Digimon World 3: Aratanaru Bouken no Tobira
デジモンワールド3JRPG dengan visual memukau yang menandai perubahan arah dari asal-usulnya yang berfokus pada perawatan monster, memilih petualangan tradisional berbasis narasi. Ini adalah salah satu judul RPG besar terakhir untuk PlayStation, memaksimalkan kemampuan perangkat keras lama dengan sprite karakter 2D beresolusi tinggi di atas lingkungan isometrik pra-render yang luas.
Deskripsi
Digimon World 3: Aratanaru Bouken no Tobira (Pintu Menuju Petualangan Baru) dirilis saat era PlayStation 2 sudah mulai mendominasi. Berbeda dengan pendahulunya, yakni Digimon World yang sarat simulasi dan Digimon World 2 yang fokus pada penjelajahan dungeon, seri ketiga ini mengadopsi struktur JRPG klasik yang menjelajahi dunia luas. Narasinya berlatar di dalam “Digimon Online”, sebuah MMORPG realitas virtual fiktif yang memerangkap protagonis bernama Junior dan kawan-kawannya. Bingkai “permainan di dalam permainan” ini memungkinkan penggunaan palet warna yang cerah dan jenuh, sangat kontras dengan nada industrial yang kelam pada entri sebelumnya.

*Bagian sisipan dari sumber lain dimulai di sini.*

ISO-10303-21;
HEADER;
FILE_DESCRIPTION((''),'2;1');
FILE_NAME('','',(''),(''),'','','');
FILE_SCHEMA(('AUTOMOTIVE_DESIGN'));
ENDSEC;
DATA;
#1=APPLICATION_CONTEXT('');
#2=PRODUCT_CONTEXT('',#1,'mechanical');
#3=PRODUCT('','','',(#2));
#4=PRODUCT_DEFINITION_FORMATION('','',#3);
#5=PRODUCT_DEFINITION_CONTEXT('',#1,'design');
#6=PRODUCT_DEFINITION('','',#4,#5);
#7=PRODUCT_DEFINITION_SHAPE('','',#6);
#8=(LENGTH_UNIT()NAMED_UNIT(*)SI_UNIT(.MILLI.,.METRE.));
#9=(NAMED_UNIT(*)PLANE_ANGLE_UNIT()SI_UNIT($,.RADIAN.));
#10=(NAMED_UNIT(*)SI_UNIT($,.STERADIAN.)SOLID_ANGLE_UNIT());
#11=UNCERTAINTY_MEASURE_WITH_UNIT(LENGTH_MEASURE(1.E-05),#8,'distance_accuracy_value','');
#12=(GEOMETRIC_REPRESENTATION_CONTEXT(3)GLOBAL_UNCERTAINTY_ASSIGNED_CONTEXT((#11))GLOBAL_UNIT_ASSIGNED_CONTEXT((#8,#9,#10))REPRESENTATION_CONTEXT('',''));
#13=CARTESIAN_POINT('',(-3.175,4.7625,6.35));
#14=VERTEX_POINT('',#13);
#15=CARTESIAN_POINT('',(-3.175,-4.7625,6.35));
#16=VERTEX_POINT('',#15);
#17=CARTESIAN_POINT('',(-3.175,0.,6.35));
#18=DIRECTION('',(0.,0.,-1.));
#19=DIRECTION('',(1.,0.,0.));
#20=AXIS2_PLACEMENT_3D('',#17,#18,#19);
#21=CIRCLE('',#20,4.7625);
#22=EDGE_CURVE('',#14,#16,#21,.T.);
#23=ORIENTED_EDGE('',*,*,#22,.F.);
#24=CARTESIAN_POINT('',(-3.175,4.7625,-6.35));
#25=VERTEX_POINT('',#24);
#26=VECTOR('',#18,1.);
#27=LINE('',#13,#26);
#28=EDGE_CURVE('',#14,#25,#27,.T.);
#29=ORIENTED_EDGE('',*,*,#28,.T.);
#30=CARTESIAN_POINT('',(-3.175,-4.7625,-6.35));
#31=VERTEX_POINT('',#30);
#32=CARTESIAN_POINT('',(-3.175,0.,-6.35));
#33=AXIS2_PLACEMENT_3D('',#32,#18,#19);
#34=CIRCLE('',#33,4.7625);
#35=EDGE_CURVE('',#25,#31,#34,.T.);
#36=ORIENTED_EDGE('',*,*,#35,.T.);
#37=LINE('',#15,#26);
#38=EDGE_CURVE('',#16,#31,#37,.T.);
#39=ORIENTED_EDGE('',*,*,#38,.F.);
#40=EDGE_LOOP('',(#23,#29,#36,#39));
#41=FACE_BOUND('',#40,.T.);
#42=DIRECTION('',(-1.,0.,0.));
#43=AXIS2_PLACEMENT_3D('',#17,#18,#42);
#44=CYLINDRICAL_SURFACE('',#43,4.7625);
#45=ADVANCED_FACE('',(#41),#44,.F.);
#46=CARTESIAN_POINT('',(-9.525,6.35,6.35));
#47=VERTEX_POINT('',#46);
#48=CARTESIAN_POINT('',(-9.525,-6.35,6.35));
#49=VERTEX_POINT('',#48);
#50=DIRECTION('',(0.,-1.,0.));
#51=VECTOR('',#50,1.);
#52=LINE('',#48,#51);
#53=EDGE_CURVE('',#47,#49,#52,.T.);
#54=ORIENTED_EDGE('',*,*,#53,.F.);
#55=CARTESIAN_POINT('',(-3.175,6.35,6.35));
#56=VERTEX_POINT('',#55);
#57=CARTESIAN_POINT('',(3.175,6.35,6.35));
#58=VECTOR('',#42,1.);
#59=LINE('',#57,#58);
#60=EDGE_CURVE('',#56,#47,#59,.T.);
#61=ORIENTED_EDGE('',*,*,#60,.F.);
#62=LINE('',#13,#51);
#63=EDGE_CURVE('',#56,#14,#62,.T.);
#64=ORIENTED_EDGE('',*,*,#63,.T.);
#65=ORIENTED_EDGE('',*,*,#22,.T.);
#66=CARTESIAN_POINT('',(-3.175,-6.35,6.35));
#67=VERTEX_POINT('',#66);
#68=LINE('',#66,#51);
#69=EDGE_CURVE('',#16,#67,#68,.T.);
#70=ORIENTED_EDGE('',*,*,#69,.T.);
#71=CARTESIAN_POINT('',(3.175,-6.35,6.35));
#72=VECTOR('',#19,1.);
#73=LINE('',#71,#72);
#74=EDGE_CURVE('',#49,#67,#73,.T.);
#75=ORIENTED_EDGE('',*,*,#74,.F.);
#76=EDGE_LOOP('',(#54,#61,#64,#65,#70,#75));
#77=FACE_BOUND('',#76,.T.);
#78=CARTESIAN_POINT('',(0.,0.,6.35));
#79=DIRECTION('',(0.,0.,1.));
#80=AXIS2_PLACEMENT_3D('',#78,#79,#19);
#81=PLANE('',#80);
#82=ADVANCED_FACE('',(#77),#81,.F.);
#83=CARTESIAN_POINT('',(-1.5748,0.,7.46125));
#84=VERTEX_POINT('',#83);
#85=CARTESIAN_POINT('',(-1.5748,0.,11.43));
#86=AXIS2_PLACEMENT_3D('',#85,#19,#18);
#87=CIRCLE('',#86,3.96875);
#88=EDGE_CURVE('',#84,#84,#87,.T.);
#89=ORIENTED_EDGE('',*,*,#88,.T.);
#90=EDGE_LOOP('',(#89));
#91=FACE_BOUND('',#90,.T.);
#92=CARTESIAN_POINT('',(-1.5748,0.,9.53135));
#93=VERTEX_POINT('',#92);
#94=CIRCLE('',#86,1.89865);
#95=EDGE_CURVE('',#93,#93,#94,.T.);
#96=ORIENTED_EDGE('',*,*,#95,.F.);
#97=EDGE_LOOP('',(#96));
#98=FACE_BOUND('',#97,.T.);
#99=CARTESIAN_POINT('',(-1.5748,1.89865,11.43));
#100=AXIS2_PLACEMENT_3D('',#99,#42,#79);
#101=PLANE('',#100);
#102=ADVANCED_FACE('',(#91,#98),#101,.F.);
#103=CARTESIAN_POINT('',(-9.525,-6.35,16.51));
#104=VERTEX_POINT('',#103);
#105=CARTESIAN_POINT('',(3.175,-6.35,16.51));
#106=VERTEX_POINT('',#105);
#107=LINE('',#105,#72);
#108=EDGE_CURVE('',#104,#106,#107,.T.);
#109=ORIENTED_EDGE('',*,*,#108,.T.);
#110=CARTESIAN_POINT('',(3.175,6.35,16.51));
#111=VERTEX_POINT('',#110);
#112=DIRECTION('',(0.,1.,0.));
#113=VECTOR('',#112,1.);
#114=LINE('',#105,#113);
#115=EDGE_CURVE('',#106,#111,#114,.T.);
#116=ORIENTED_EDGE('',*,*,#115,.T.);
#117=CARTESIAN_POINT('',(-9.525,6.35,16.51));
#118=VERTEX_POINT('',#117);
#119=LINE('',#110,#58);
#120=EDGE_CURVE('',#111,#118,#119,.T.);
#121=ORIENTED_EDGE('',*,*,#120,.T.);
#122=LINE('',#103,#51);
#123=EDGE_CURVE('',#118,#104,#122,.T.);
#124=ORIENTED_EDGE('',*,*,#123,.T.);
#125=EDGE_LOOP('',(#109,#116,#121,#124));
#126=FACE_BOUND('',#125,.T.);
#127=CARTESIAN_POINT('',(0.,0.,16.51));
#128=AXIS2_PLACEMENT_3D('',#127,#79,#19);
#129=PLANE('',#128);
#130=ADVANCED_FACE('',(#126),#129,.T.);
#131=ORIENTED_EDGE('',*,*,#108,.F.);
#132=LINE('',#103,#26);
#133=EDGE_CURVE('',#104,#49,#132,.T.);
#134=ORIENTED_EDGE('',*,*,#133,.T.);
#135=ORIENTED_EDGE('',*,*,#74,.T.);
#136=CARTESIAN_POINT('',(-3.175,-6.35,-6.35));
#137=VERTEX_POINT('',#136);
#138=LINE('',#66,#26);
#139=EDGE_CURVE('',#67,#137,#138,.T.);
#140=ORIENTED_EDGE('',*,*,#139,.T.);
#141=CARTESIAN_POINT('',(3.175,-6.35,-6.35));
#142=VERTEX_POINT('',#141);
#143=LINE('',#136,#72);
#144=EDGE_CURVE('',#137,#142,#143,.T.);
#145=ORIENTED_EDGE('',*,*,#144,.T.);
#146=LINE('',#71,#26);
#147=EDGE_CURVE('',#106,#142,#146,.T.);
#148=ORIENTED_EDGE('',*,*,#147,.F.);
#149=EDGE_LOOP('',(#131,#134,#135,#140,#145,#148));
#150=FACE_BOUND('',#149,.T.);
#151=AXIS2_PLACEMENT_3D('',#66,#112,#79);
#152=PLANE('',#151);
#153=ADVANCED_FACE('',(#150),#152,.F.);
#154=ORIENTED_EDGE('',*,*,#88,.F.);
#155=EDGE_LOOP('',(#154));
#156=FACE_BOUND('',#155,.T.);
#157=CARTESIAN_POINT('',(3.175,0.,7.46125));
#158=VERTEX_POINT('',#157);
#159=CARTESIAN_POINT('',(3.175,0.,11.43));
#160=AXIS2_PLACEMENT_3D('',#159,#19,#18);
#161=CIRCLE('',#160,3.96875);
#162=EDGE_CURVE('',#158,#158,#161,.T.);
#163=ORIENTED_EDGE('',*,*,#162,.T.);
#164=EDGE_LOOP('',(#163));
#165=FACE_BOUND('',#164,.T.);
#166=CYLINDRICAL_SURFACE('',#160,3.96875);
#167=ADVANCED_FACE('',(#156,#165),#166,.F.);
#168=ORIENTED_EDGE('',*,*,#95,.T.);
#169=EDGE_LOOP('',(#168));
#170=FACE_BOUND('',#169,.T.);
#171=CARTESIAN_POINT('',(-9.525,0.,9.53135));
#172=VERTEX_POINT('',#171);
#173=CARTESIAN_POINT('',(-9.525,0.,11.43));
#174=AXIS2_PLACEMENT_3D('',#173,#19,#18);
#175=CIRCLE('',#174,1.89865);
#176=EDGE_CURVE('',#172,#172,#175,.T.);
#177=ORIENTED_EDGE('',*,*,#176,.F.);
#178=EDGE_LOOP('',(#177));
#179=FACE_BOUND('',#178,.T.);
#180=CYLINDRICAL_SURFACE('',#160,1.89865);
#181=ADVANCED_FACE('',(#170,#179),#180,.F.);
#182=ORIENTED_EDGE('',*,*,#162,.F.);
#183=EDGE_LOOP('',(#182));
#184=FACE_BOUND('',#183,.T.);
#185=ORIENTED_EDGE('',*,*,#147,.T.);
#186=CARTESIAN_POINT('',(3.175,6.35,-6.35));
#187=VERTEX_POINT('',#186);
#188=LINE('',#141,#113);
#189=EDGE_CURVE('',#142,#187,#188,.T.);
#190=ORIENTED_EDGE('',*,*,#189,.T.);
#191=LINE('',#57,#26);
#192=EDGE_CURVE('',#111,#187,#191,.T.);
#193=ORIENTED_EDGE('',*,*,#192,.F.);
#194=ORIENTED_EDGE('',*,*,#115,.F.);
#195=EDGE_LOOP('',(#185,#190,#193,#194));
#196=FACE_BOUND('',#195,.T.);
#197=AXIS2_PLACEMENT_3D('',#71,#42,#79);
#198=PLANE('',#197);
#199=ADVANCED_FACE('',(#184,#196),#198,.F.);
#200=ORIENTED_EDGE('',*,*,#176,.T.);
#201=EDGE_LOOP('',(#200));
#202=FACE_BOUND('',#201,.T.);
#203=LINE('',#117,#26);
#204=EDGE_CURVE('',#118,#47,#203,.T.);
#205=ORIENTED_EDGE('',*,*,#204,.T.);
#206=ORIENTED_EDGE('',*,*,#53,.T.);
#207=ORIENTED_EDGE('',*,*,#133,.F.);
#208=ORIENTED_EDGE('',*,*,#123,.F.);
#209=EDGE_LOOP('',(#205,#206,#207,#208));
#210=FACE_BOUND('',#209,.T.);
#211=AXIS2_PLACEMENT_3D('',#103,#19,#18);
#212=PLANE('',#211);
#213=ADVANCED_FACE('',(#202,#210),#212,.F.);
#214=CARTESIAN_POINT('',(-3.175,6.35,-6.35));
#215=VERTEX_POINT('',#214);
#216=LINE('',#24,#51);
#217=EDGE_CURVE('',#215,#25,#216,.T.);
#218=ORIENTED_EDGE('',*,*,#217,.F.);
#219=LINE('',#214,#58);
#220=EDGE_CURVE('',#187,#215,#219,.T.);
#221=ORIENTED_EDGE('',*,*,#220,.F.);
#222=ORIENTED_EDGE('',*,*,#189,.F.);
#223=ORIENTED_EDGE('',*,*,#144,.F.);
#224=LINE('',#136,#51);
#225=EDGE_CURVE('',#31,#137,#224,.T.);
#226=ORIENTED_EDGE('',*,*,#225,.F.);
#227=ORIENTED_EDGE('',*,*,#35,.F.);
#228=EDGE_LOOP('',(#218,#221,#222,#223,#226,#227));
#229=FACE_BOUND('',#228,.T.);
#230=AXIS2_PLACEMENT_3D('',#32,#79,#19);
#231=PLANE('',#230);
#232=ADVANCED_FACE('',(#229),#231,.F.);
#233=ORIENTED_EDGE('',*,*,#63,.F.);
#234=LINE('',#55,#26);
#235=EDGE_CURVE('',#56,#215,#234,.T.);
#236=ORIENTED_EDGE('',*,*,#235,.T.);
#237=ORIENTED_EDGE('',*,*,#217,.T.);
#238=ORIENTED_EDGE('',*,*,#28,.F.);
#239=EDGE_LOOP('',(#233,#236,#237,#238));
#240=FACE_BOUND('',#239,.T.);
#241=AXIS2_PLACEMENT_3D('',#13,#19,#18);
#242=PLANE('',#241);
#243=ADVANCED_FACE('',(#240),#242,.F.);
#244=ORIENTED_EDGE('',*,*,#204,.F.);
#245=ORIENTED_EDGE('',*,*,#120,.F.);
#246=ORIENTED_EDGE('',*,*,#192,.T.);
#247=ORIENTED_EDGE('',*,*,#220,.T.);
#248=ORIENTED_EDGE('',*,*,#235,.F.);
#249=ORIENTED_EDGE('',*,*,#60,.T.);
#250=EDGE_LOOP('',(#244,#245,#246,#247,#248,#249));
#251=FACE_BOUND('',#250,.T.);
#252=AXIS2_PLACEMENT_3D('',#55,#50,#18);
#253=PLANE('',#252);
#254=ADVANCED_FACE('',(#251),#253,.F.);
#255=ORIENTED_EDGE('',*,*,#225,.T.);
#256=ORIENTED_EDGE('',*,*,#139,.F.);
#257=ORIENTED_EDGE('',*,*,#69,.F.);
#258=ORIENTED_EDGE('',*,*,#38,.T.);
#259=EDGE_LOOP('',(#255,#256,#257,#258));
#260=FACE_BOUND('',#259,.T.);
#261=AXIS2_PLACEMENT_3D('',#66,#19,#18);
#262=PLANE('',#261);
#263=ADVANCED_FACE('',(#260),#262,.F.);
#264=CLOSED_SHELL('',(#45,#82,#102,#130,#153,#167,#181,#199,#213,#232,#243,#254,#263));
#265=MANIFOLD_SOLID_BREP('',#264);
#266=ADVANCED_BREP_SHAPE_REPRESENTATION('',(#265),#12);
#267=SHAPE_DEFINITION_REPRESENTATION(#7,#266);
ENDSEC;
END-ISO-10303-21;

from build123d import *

# Parameters (mm, degrees)
BOSS_EXTRUDE1_DEPTH                                 = 6.35
SKETCH2_W                                           = 12.7
SKETCH2_H                                           = 12.7
BOSS_EXTRUDE2_DEPTH                                 = 10.16
CBORE_FOR_6_BINDING_HEAD_MACHINE_SCREW1_D           = 3.7973
CBORE_FOR_6_BINDING_HEAD_MACHINE_SCREW1_CBORE_D     = 7.9375
CBORE_FOR_6_BINDING_HEAD_MACHINE_SCREW1_CBORE_DEPTH = 4.7498


with BuildPart() as part:
    # Sketch1 → Boss-Extrude1 (new, symmetric)
    with BuildSketch(Plane.XY):
        with BuildLine():
            Line((-3.175, 4.7625), (-3.175, 6.35))
            Line((-3.175, 6.35), (3.175, 6.35))
            Line((3.175, 6.35), (3.175, -6.35))
            Line((3.175, -6.35), (-3.175, -6.35))
            Line((-3.175, -6.35), (-3.175, -4.7625))
            ThreePointArc((-3.175, -4.7625), (1.5875, 0), (-3.175, 4.7625))
        make_face()
    extrude(amount=BOSS_EXTRUDE1_DEPTH, both=True)

    # Sketch2 → Boss-Extrude2 (add)
    with BuildSketch(Plane.XY.offset(6.35)):
        with Locations((-3.175, 0)):
            Rectangle(SKETCH2_W, SKETCH2_H)
    extrude(amount=BOSS_EXTRUDE2_DEPTH)

    # CBORE for #6 Binding Head Machine Screw1 (through all)
    with Locations(Plane(origin=(3.175, 0, 0), x_dir=(0, 0, -1), z_dir=(1, 0, 0))):
        with Locations((-11.43, 0)):
            CounterBoreHole(CBORE_FOR_6_BINDING_HEAD_MACHINE_SCREW1_D / 2, CBORE_FOR_6_BINDING_HEAD_MACHINE_SCREW1_CBORE_D / 2, CBORE_FOR_6_BINDING_HEAD_MACHINE_SCREW1_CBORE_DEPTH)


solid = part.part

Aspek permainan Digimon World 3 menandai pergeseran fundamental ke konvensi JRPG kontemporer, meninggalkan mekanik “merawat” monster yang menjadi ciri khas judul orisinalnya. Pengalaman bermain terbagi menjadi dua mode utama: eksplorasi lapangan dan pertarungan berbasis giliran. Saat eksplorasi, pemain menavigasi dunia isometrik luas yang terdiri dari latar belakang 2D pra-render dan elemen arsitektur 3D, menggunakan sprite lokal untuk merepresentasikan protagonis. Berbeda dengan pendahulunya yang menggunakan pergerakan real-time atau penjelajahan dungeon berbasis grid, DW3 menggunakan struktur overworld serta kota/dungeon tradisional. Pertarungan dipicu melalui perjumpaan acak dan berpindah ke arena pertarungan 3D khusus. Di sinilah JRPG ini mengadopsi gameplay duel monster. Meskipun pemain bepergian dengan kelompok hingga tiga Digimon, pertarungan tetap dilakukan satu lawan satu. Pemain mengelola HP, mana, dan pengukur “Digivolution” Digimon mereka, dengan kemampuan taktis untuk mengganti anggota tim atau menggunakan “Blast Digivolution” saat meteran ketegangan penuh. Selain itu, terdapat mini-game Card Battle yang memiliki UI khusus dan aturan kompleks, berbeda dengan CCG dunia nyata yang disimulasikan dalam Digital Monster Card Game. Permainan kartu ini cukup mendalam untuk menjadi game mandiri dan memberikan selingan yang solid dari misi utama.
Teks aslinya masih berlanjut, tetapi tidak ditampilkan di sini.